● Problem details
Beginning with the very first line, please reproduce the entries exactly through the line containing "Circle(F2_R)".

═══ Dataset extract ═══

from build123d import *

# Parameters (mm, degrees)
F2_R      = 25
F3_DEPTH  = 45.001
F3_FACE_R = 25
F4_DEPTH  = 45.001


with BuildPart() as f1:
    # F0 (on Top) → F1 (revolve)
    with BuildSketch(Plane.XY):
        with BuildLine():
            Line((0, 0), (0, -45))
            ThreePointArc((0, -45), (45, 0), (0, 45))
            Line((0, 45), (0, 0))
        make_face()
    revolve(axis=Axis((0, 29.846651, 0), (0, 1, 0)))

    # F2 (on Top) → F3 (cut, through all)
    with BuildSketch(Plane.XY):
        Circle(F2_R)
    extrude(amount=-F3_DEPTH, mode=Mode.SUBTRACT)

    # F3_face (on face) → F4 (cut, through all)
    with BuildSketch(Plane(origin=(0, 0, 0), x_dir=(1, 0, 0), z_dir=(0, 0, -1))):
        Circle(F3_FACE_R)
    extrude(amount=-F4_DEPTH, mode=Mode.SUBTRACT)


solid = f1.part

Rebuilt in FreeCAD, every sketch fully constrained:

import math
import FreeCAD as App
import Part
import Sketcher

V = App.Vector
Q = App.Units.Quantity

doc = App.newDocument("Part")
params = doc.addObject("Spreadsheet::Sheet", "Params")
for row, (alias, value) in enumerate([
    ("sketch1_radius", "45 mm"),
    ("revolution_angle", "360 deg"),
    ("sketch2_diameter", "50 mm"),
    ("sketch3_diameter", "50 mm"),
], start=1):
    params.set(f"A{row}", alias)
    params.set(f"B{row}", "=" + value)
    params.setAlias(f"B{row}", alias)

body = doc.addObject("PartDesign::Body", "Body")

# Sketch on XY plane
sketch1 = doc.addObject("Sketcher::SketchObject", "Sketch")
body.addObject(sketch1)
sketch1.AttachmentSupport = (doc.XY_Plane, [""])
sketch1.MapMode = "FlatFace"
sketch1.addGeometry([
    Part.ArcOfCircle(Part.Circle(V(0, 0, 0), V(0, 0, 1), 45), math.radians(-90), math.radians(90)),
    Part.LineSegment(V(0, 45, 0), V(0, -45, 0)),
], False)
sketch1.addConstraint([
    Sketcher.Constraint("Coincident", 0, 1, 1, 2),
    Sketcher.Constraint("Coincident", 1, 1, 0, 2),
    Sketcher.Constraint("Vertical", 1),
    Sketcher.Constraint("Coincident", 0, 3, -1, 1),
    Sketcher.Constraint("PointOnObject", 0, 1, -2),
    Sketcher.Constraint("Radius", 0, Q("45 mm")),
])
sketch1.setExpression("Constraints[5]", "Params.sketch1_radius")
revolution = doc.addObject("PartDesign::Revolution", "Revolution")
body.addObject(revolution)
revolution.Profile = sketch1
revolution.ReferenceAxis = (sketch1, ["V_Axis"])
revolution.setExpression("Angle", "Params.revolution_angle")

# Sketch on XY plane
sketch2 = doc.addObject("Sketcher::SketchObject", "Sketch001")
body.addObject(sketch2)
sketch2.AttachmentSupport = (doc.XY_Plane, [""])
sketch2.MapMode = "FlatFace"
sketch2.addGeometry(Part.Circle(V(0, 0, 0), V(0, 0, 1), 25), False)
sketch2.addConstraint([
    Sketcher.Constraint("Coincident", 0, 3, -1, 1),
    Sketcher.Constraint("Diameter", 0, Q("50 mm")),
])
sketch2.setExpression("Constraints[1]", "Params.sketch2_diameter")
pocket1 = doc.addObject("PartDesign::Pocket", "Pocket")
body.addObject(pocket1)
pocket1.Profile = sketch2
pocket1.Type = "ThroughAll"

# Sketch on XY plane
sketch3 = doc.addObject("Sketcher::SketchObject", "Sketch002")
body.addObject(sketch3)
sketch3.AttachmentSupport = (doc.XY_Plane, [""])
sketch3.MapMode = "FlatFace"
sketch3.addGeometry(Part.Circle(V(0, 0, 0), V(0, 0, 1), 25), False)
sketch3.addConstraint([
    Sketcher.Constraint("Coincident", 0, 3, -1, 1),
    Sketcher.Constraint("Diameter", 0, Q("50 mm")),
])
sketch3.setExpression("Constraints[1]", "Params.sketch3_diameter")
pocket2 = doc.addObject("PartDesign::Pocket", "Pocket001")
body.addObject(pocket2)
pocket2.Profile = sketch3
pocket2.Type = "ThroughAll"
pocket2.Reversed = True

doc.recompute()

═══

● Exercise output
from build123d import *

# Parameters (mm, degrees)
F2_R      = 25
F3_DEPTH  = 45.001
F3_FACE_R = 25
F4_DEPTH  = 45.001


with BuildPart() as f1:
    # F0 (on Top) → F1 (revolve)
    with BuildSketch(Plane.XY):
        with BuildLine():
            Line((0, 0), (0, -45))
            ThreePointArc((0, -45), (45, 0), (0, 45))
            Line((0, 45), (0, 0))
        make_face()
    revolve(axis=Axis((0, 29.846651, 0), (0, 1, 0)))

    # F2 (on Top) → F3 (cut, through all)
    with BuildSketch(Plane.XY):
        Circle(F2_R)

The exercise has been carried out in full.